Founder Effects in Hereditary Hemorrhagic Telangiectasia

Affiliations
Review

Founder Effects in Hereditary Hemorrhagic Telangiectasia

Tamás Major et al. J Clin Med. .

Abstract

A founder effect can result from the establishment of a new population by individuals from a larger population or bottleneck events. Certain alleles may be found at much higher frequencies because of genetic drift immediately after the founder event. We provide a systematic literature review of the sporadically reported founder effects in hereditary hemorrhagic telangiectasia (HHT). All publications from the ACVRL1, ENG and SMAD4 Mutation Databases and publications searched for terms "hereditary hemorrhagic telangiectasia" and "founder" in PubMed and Scopus, respectively, were extracted.
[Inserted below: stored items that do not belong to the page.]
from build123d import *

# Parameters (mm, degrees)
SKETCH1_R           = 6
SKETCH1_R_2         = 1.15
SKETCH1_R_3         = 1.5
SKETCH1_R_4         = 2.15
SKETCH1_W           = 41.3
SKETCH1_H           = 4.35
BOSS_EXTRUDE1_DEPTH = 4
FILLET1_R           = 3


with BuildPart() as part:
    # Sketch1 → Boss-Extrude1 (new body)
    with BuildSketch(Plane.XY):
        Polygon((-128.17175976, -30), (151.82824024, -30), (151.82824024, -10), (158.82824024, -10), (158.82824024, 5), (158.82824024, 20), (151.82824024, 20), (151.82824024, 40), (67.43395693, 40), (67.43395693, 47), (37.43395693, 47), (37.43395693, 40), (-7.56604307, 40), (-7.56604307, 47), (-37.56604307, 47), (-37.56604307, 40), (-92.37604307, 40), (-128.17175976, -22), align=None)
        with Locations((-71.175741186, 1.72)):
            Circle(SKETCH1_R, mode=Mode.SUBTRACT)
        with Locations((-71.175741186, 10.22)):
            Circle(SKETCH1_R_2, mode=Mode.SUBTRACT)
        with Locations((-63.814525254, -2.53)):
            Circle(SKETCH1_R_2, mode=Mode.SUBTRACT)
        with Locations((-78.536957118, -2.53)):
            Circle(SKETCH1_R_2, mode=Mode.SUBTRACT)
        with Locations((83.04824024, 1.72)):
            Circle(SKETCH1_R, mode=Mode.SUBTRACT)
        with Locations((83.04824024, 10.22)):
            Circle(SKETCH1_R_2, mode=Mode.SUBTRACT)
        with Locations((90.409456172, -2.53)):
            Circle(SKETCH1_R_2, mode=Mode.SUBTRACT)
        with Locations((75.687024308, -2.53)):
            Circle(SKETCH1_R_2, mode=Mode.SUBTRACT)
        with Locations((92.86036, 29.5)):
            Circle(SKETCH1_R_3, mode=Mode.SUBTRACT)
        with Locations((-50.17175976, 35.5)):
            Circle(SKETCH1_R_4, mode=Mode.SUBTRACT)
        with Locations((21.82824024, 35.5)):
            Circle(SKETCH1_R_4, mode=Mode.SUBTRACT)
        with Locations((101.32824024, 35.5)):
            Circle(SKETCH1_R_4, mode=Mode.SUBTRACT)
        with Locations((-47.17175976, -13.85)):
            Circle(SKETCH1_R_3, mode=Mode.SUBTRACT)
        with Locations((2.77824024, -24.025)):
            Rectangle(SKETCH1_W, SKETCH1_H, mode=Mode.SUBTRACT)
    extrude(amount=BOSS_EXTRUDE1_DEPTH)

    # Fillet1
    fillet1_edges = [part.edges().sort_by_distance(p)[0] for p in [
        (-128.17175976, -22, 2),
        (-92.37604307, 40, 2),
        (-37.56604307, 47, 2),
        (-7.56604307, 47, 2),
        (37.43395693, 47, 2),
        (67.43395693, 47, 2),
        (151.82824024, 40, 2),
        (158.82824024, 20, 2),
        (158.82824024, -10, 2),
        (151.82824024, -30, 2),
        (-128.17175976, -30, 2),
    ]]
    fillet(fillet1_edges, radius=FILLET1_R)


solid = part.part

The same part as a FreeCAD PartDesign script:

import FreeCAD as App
import Part
import Sketcher
Q = App.Units.Quantity


def edges_at(feature, points):
    """Names of the edges that pass closest to the given points."""
    edges = feature.Shape.Edges
    near = lambda p: min(range(len(edges)), key=lambda i: edges[i].distToShape(Part.Vertex(*p))[0])
    return sorted({f"Edge{near(p) + 1}" for p in points})


def add_polygon(sketch, points):
    """Adds a closed chain of lines whose ends are joined by coincident constraints."""
    first, n = sketch.GeometryCount, len(points)
    for a, b in zip(points, points[1:] + points[:1]):
        sketch.addGeometry(Part.LineSegment(App.Vector(*a, 0), App.Vector(*b, 0)), False)
    for i in range(n):
        sketch.addConstraint(Sketcher.Constraint("Coincident", first + i, 2, first + (i + 1) % n, 1))

doc = App.newDocument("Part")
body = doc.addObject("PartDesign::Body", "Body")

# Sketch on XY plane
sketch1 = body.newObject("Sketcher::SketchObject", "Sketch")
sketch1.AttachmentSupport = (doc.getObject("XY_Plane"), [""])
sketch1.MapMode = "FlatFace"
add_polygon(sketch1, [(-128.2, -30), (151.8, -30), (151.8, -10), (158.8, -10), (158.8, 20), (151.8, 20), (151.8, 40), (67.4, 40), (67.4, 47), (37.4, 47), (37.4, 40), (-7.6, 40), (-7.6, 47), (-37.6, 47), (-37.6, 40), (-92.4, 40), (-128.2, -22)])  # lines 0-16
sketch1.addGeometry(Part.Circle(App.Vector(-47.2, -13.8, 0), App.Vector(0, 0, 1), 1.5), False)  # 17
add_polygon(sketch1, [(23.4, -26.2), (-17.9, -26.2), (-17.9, -21.9), (23.4, -21.9)])  # lines 18-21
sketch1.addGeometry(Part.Circle(App.Vector(-78.5, -2.5, 0), App.Vector(0, 0, 1), 1.1), False)  # 22
sketch1.addGeometry(Part.Circle(App.Vector(-63.8, -2.5, 0), App.Vector(0, 0, 1), 1.1), False)  # 23
sketch1.addGeometry(Part.Circle(App.Vector(-71.2, 1.7, 0), App.Vector(0, 0, 1), 6), False)  # 24
sketch1.addGeometry(Part.Circle(App.Vector(75.7, -2.5, 0), App.Vector(0, 0, 1), 1.1), False)  # 25
sketch1.addGeometry(Part.Circle(App.Vector(90.4, -2.5, 0), App.Vector(0, 0, 1), 1.1), False)  # 26
sketch1.addGeometry(Part.Circle(App.Vector(83, 1.7, 0), App.Vector(0, 0, 1), 6), False)  # 27
sketch1.addGeometry(Part.Circle(App.Vector(-71.2, 10.2, 0), App.Vector(0, 0, 1), 1.1), False)  # 28
sketch1.addGeometry(Part.Circle(App.Vector(-50.2, 35.5, 0), App.Vector(0, 0, 1), 2.1), False)  # 29
sketch1.addGeometry(Part.Circle(App.Vector(83, 10.2, 0), App.Vector(0, 0, 1), 1.1), False)  # 30
sketch1.addGeometry(Part.Circle(App.Vector(21.8, 35.5, 0), App.Vector(0, 0, 1), 2.1), False)  # 31
sketch1.addGeometry(Part.Circle(App.Vector(92.9, 29.5, 0), App.Vector(0, 0, 1), 1.5), False)  # 32
sketch1.addGeometry(Part.Circle(App.Vector(101.3, 35.5, 0), App.Vector(0, 0, 1), 2.1), False)  # 33
sketch1.addConstraint(Sketcher.Constraint("Horizontal", 0))
sketch1.addConstraint(Sketcher.Constraint("Vertical", 1))
sketch1.addConstraint(Sketcher.Constraint("Horizontal", 2))
sketch1.addConstraint(Sketcher.Constraint("Vertical", 3))
sketch1.addConstraint(Sketcher.Constraint("Horizontal", 4))
sketch1.addConstraint(Sketcher.Constraint("Vertical", 5))
sketch1.addConstraint(Sketcher.Constraint("Horizontal", 6))
sketch1.addConstraint(Sketcher.Constraint("Vertical", 7))
sketch1.addConstraint(Sketcher.Constraint("Horizontal", 8))
sketch1.addConstraint(Sketcher.Constraint("Vertical", 9))
sketch1.addConstraint(Sketcher.Constraint("Horizontal", 10))
sketch1.addConstraint(Sketcher.Constraint("Vertical", 11))
sketch1.addConstraint(Sketcher.Constraint("Horizontal", 12))
sketch1.addConstraint(Sketcher.Constraint("Vertical", 13))
sketch1.addConstraint(Sketcher.Constraint("Horizontal", 14))
sketch1.addConstraint(Sketcher.Constraint("Vertical", 16))
sketch1.addConstraint(Sketcher.Constraint("Horizontal", 18))
sketch1.addConstraint(Sketcher.Constraint("Vertical", 19))
sketch1.addConstraint(Sketcher.Constraint("Horizontal", 20))
sketch1.addConstraint(Sketcher.Constraint("Vertical", 21))
sketch1.addConstraint(Sketcher.Constraint("Equal", 22, 23))
sketch1.addConstraint(Sketcher.Constraint("Equal", 23, 25))
sketch1.addConstraint(Sketcher.Constraint("Equal", 25, 26))
sketch1.addConstraint(Sketcher.Constraint("Equal", 24, 27))
sketch1.addConstraint(Sketcher.Constraint("Equal", 26, 28))
sketch1.addConstraint(Sketcher.Constraint("Equal", 28, 30))
sketch1.addConstraint(Sketcher.Constraint("Equal", 29, 31))
sketch1.addConstraint(Sketcher.Constraint("Equal", 17, 32))
sketch1.addConstraint(Sketcher.Constraint("Equal", 31, 33))
sketch1.addConstraint(Sketcher.Constraint("Horizontal", 22, 3, 23, 3))
sketch1.addConstraint(Sketcher.Constraint("Horizontal", 23, 3, 25, 3))
sketch1.addConstraint(Sketcher.Constraint("Horizontal", 25, 3, 26, 3))
sketch1.addConstraint(Sketcher.Constraint("Horizontal", 24, 3, 27, 3))
sketch1.addConstraint(Sketcher.Constraint("Horizontal", 28, 3, 30, 3))
sketch1.addConstraint(Sketcher.Constraint("Horizontal", 29, 3, 31, 3))
sketch1.addConstraint(Sketcher.Constraint("Horizontal", 31, 3, 33, 3))
sketch1.addConstraint(Sketcher.Constraint("Horizontal", 6, 2, 9, 2))
sketch1.addConstraint(Sketcher.Constraint("Horizontal", 8, 2, 11, 2))
sketch1.addConstraint(Sketcher.Constraint("Horizontal", 10, 2, 13, 2))
sketch1.addConstraint(Sketcher.Constraint("Vertical", 24, 3, 28, 3))
sketch1.addConstraint(Sketcher.Constraint("Vertical", 27, 3, 30, 3))
sketch1.addConstraint(Sketcher.Constraint("Vertical", 1, 2, 4, 2))
sketch1.addConstraint(Sketcher.Constraint("Equal", 8, 12))
sketch1.addConstraint(Sketcher.Constraint("Equal", 12, 3))
sketch1.addConstraint(Sketcher.Constraint("Equal", 1, 5))
sketch1.addConstraint(Sketcher.Constraint("Equal", 4, 7))
sketch1.addConstraint(Sketcher.Constraint("Diameter", 17, Q("3 mm")))
sketch1.addConstraint(Sketcher.Constraint("Diameter", 24, Q("12 mm")))
sketch1.addConstraint(Sketcher.Constraint("Diameter", 22, Q("2.3 mm")))
sketch1.addConstraint(Sketcher.Constraint("Diameter", 29, Q("4.3 mm")))
sketch1.addConstraint(Sketcher.Constraint("DistanceX", 0, 1, 0, 2, Q("280 mm")))
sketch1.addConstraint(Sketcher.Constraint("DistanceX", 2, 1, 2, 2, Q("7 mm")))
sketch1.addConstraint(Sketcher.Constraint("DistanceX", 8, 2, 8, 1, Q("30 mm")))
sketch1.addConstraint(Sketcher.Constraint("DistanceX", 10, 2, 10, 1, Q("45 mm")))
sketch1.addConstraint(Sketcher.Constraint("DistanceY", 1, 1, 1, 2, Q("20 mm")))
sketch1.addConstraint(Sketcher.Constraint("DistanceY", 16, 2, 16, 1, Q("8 mm")))
sketch1.addConstraint(Sketcher.Constraint("Angle", 15, Q("-120 deg")))
sketch1.addConstraint(Sketcher.Constraint("DistanceX", 18, 2, 18, 1, Q("41.3 mm")))
sketch1.addConstraint(Sketcher.Constraint("DistanceY", 0, 2, -1, 1, Q("30 mm")))
sketch1.addConstraint(Sketcher.Constraint("DistanceX", 29, 3, 17, 3, Q("3 mm")))
sketch1.addConstraint(Sketcher.Constraint("DistanceX", 29, 3, 31, 3, Q("72 mm")))
sketch1.addConstraint(Sketcher.Constraint("DistanceY", 32, 3, 31, 3, Q("6 mm")))
sketch1.addConstraint(Sketcher.Constraint("DistanceY", 19, 2, 17, 3, Q("8 mm")))
sketch1.addConstraint(Sketcher.Constraint("DistanceX", 14, 2, 14, 1, Q("54.81 mm")))
sketch1.addConstraint(Sketcher.Constraint("DistanceY", 19, 1, 19, 2, Q("4.35 mm")))
sketch1.addConstraint(Sketcher.Constraint("DistanceY", -1, 1, 29, 3, Q("35.5 mm")))
sketch1.addConstraint(Sketcher.Constraint("DistanceY", 18, 2, -1, 1, Q("26.2 mm")))
sketch1.addConstraint(Sketcher.Constraint("DistanceY", 24, 3, 28, 3, Q("8.5 mm")))
sketch1.addConstraint(Sketcher.Constraint("DistanceX", 33, 3, 0, 2, Q("50.5 mm")))
sketch1.addConstraint(Sketcher.Constraint("DistanceX", 17, 3, 18, 2, Q("29.3 mm")))
sketch1.addConstraint(Sketcher.Constraint("DistanceY", 22, 3, -1, 1, Q("2.53 mm")))
sketch1.addConstraint(Sketcher.Constraint("DistanceY", -1, 1, 24, 3, Q("1.72 mm")))
sketch1.addConstraint(Sketcher.Constraint("DistanceX", 17, 3, 27, 3, Q("130.22 mm")))
sketch1.addConstraint(Sketcher.Constraint("DistanceX", 30, 3, 33, 3, Q("18.28 mm")))
sketch1.addConstraint(Sketcher.Constraint("DistanceX", 28, 3, 12, 2, Q("33.609698 mm")))
sketch1.addConstraint(Sketcher.Constraint("DistanceX", 17, 3, -1, 1, Q("47.17176 mm")))
sketch1.addConstraint(Sketcher.Constraint("DistanceX", -1, 1, 32, 3, Q("92.86036 mm")))
sketch1.addConstraint(Sketcher.Constraint("DistanceX", 22, 3, 23, 3, Q("14.722432 mm")))
sketch1.addConstraint(Sketcher.Constraint("DistanceX", 23, 3, 25, 3, Q("139.50155 mm")))
sketch1.addConstraint(Sketcher.Constraint("DistanceX", 25, 3, 26, 3, Q("14.722432 mm")))
sketch1.addConstraint(Sketcher.Constraint("DistanceX", 22, 3, -1, 1, Q("78.536957 mm")))
pad1 = body.newObject("PartDesign::Pad", "Pad")
pad1.Profile = sketch1
pad1.Length = 4
doc.recompute()

fillet = body.newObject("PartDesign::Fillet", "Fillet")
fillet.Base = (pad1, edges_at(pad1, [
    (-128.172, -22, 2),
    (-92.376, 40, 2),
    (-37.566, 47, 2),
    (-7.566, 47, 2),
    (37.434, 47, 2),
    (67.434, 47, 2),
    (151.828, 40, 2),
    (158.828, 20, 2),
    (158.828, -10, 2),
    (151.828, -30, 2),
    (-128.172, -30, 2),
]))
fillet.Radius = 3

doc.recompute()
Following duplicate removal, 141 publications were searched for the terms "founder" and "founding" and the etymon "ancest". Finally, 67 publications between 1992 and 2020 were reviewed. Founder effects were graded upon shared area of ancestry/residence, shared core haplotypes, genealogy and prevalence. Twenty-six ACVRL1 and 12 ENG variants with a potential founder effect were identified. The bigger the cluster of families with a founder mutation, the more remarkable is its influence to the populational ACVRL1/ENG ratio, affecting HHT phenotype. Being aware of founder effects might simplify the diagnosis of HHT by establishing local genetic algorithms. Families sharing a common core haplotype might serve as a basis to study potential second-hits in the etiology of HHT.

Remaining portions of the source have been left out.